Heureux les heureux
15 janvier 2013 at 19 h 23 mi Laisser un commentaire
Yasmina Reza
L’éditeur : « Dans le 95, qui va de la place Clichy à la porte de Vanves, je me suis souvenue de ce qui m’avait enchaînée à Igor Lorrain. Non pas l’amour, ou n’importe lequel des noms qu’on donne au sentiment, mais la sauvagerie. Il s’est penché et il a dit, tu me reconnais ?J’ai dit, oui et non. Il a souri. Je me suis souvenue aussi qu’autrefois je n’arrivais jamais à lui répondre avec netteté. – Tu t’appelles toujours Hélène Barnèche ? – Oui. – Tu es toujours mariée avec Raoul Barnèche ? – Oui. J’aurais voulu faire une phrase plus longue, mais je n’étais pas capable de le tutoyer. Il avait des cheveux longs poivre et sel, mis en arrière d’une curieuse façon, et un cou empâté. Dans ses yeux, je retrouvais la graine de folie sombre qui m’avait aspirée. Je me suis passée en revue mentalement. Ma coiffure, ma robe et mon gilet, mes mains. Il s’est penché encore pour dire, tu es heureuse ? »
A ne pas lire si :
Vous êtes en couple depuis peu ou …. très longtemps
Vous désirez vous mettre en couple
Vous n’aimez pas faire les courses au Supermarché en couple
Vous aimez rire des autres..et pas trop de vous-même
Vous pensez que la fidélité n’est pas de ce monde
Vous êtes un homme et vous voulez savoir ce qui se passe dans la tête d’une femme
Vous êtes une femme et vous voulez savoir ce qui se passe dans la tête d’un homme
Vous avez croisé un(e) ex depuis pas longtemps et ça vous a fait quelque chose
etc…etc…
…Plein de bonnes raisons pour découvrir cette suite de monologues. Dans de courts chapitres, Virginie, Odile, Robert, Jean, Vincent.. « et les autres » (ils se connaissent presque tous ou se sont déjà croisés) racontent regrets, tourments, jalousies, lassitudes et révoltes. Les mêmes en boucle à différents instants de leur vie parlent d’amour encore et toujours. D’amitiés aussi. Du Claude Sautet mixé d’Agnès Jaoui !

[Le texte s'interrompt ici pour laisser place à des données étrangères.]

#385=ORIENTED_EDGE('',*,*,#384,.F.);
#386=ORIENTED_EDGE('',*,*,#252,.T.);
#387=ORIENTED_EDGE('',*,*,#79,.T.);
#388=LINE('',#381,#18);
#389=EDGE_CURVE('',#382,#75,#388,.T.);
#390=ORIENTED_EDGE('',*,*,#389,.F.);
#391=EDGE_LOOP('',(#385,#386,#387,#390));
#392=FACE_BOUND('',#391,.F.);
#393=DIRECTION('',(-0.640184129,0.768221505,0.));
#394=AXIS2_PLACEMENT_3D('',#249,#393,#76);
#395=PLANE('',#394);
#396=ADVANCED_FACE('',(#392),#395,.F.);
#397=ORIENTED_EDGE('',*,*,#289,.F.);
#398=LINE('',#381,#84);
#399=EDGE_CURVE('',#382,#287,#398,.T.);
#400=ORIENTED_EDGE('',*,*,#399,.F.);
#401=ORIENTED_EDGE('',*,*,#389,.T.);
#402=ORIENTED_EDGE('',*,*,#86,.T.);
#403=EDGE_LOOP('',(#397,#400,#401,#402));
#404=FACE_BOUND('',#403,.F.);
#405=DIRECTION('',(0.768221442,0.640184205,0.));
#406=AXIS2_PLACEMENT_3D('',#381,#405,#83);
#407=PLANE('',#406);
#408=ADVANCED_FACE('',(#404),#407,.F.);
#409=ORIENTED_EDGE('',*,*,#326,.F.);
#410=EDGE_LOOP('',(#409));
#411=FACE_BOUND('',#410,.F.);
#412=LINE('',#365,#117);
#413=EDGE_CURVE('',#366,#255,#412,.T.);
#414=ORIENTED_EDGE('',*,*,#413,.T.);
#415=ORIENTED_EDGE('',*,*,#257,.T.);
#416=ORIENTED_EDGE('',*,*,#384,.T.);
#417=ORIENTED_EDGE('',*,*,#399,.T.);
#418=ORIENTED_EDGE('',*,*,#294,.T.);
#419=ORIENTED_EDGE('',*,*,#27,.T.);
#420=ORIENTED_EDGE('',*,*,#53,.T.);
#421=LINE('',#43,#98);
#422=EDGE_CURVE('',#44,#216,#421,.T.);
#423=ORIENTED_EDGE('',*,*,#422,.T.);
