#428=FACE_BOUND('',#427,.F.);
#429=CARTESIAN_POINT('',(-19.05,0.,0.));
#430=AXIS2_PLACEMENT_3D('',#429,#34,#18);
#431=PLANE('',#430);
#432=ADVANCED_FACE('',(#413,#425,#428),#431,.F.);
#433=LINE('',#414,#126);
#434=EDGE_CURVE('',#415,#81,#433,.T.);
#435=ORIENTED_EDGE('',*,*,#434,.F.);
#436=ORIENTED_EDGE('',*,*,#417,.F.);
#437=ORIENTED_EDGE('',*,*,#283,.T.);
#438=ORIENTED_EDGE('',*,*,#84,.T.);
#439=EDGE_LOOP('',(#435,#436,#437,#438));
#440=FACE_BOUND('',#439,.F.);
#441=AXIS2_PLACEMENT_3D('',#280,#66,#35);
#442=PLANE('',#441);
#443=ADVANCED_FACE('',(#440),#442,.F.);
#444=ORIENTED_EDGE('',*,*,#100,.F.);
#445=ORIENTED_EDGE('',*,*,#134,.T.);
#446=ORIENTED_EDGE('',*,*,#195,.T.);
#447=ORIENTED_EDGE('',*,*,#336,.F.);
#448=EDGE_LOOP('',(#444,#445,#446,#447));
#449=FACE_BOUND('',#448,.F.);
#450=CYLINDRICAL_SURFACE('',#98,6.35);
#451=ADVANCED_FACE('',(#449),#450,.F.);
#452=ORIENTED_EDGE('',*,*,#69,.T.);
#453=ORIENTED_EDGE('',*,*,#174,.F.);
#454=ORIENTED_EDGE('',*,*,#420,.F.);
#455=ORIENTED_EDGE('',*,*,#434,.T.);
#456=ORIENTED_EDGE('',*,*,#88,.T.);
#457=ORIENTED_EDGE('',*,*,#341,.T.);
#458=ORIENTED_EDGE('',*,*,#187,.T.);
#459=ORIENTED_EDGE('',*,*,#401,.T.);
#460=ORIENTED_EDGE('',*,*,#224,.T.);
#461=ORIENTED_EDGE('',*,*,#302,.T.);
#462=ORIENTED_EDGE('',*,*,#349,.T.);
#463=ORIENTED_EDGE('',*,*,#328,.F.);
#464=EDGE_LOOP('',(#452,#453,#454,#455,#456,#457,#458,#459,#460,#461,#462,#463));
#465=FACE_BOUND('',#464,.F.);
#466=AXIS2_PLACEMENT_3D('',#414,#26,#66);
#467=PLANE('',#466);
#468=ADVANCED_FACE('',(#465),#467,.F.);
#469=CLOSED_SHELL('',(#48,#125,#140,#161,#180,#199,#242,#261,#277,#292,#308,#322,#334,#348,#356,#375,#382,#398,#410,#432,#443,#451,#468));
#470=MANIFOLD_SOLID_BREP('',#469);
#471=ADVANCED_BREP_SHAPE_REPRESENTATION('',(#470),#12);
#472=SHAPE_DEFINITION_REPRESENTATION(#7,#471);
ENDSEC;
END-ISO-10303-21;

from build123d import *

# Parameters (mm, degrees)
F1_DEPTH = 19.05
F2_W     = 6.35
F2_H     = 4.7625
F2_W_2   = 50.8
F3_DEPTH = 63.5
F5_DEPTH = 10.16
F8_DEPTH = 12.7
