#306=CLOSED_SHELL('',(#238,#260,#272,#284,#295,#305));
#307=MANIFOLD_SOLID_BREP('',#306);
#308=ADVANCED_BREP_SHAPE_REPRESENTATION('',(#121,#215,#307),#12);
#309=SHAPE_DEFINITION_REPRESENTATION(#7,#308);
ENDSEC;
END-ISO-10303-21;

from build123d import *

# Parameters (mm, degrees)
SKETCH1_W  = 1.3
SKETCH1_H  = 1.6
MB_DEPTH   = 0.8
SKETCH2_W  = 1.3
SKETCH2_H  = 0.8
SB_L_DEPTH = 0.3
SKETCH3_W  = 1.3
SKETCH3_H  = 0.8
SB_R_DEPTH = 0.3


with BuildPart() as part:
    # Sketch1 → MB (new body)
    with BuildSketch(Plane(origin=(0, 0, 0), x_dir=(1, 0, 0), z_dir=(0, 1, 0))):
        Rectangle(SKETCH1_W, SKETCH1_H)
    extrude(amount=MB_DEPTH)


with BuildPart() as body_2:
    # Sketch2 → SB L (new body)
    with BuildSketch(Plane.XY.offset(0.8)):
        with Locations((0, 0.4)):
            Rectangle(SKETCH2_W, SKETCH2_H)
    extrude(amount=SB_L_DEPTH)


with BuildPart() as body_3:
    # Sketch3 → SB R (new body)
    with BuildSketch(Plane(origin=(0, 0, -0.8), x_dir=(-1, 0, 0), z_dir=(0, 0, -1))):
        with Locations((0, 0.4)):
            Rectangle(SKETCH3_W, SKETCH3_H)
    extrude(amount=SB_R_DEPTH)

Ces « Bobos » parisiens ont « tout pour être heureux »..femmes, enfants, maîtresses, amis…mais ils veulent, bien sûr, ce qu’ils n’ont pas. Seuls les malades ou les mourants semblent apaisés et sereins ! Comédie de la vie, mensonge, usure du couple..surtout « avoir l’air », donner le change…c’est caustique et parfois tellement vrai.
Pas de problème matériel (ils sont secrétaires d’Etat, avocats, banquier, médecin…)…donc du temps pour se poser des questions existentielles telles que : Faut-il acheter plutôt du morbier ou du gruyère quand il y a la queue au rayon des fromages? Faut-il (dans une rivière bretonne) jeter les cendres d’un père fraîchement incinéré dans le sens du courant ? Doit-on avouer à ses amis que son fils se prend pour Céline Dion ?
Des passages hilarants, tendres, méchants. Le rire naît souvent du tragique, le rend plus « léger »
Souvent le même ton désabusé c’est vrai et un même microcosme parisien, c’est vrai aussi…mais qu’importe, les sentiments évoqués ici sont universels. On lit avec délectation et aussi avec l’angoisse de se retrouver ou de débusquer, au détour d’une phrase, ce qu’on dissimule.Yasmina Reza est une femme de théâtre, ça se « voit » ; mots choisis au millimètre, phrases visuelles, sans fioriture, trait incisif, dialogues parfaits, scénario maitrisé.
Terriblement séduisant, mais je crains qu’il ne m’en reste pas grand chose…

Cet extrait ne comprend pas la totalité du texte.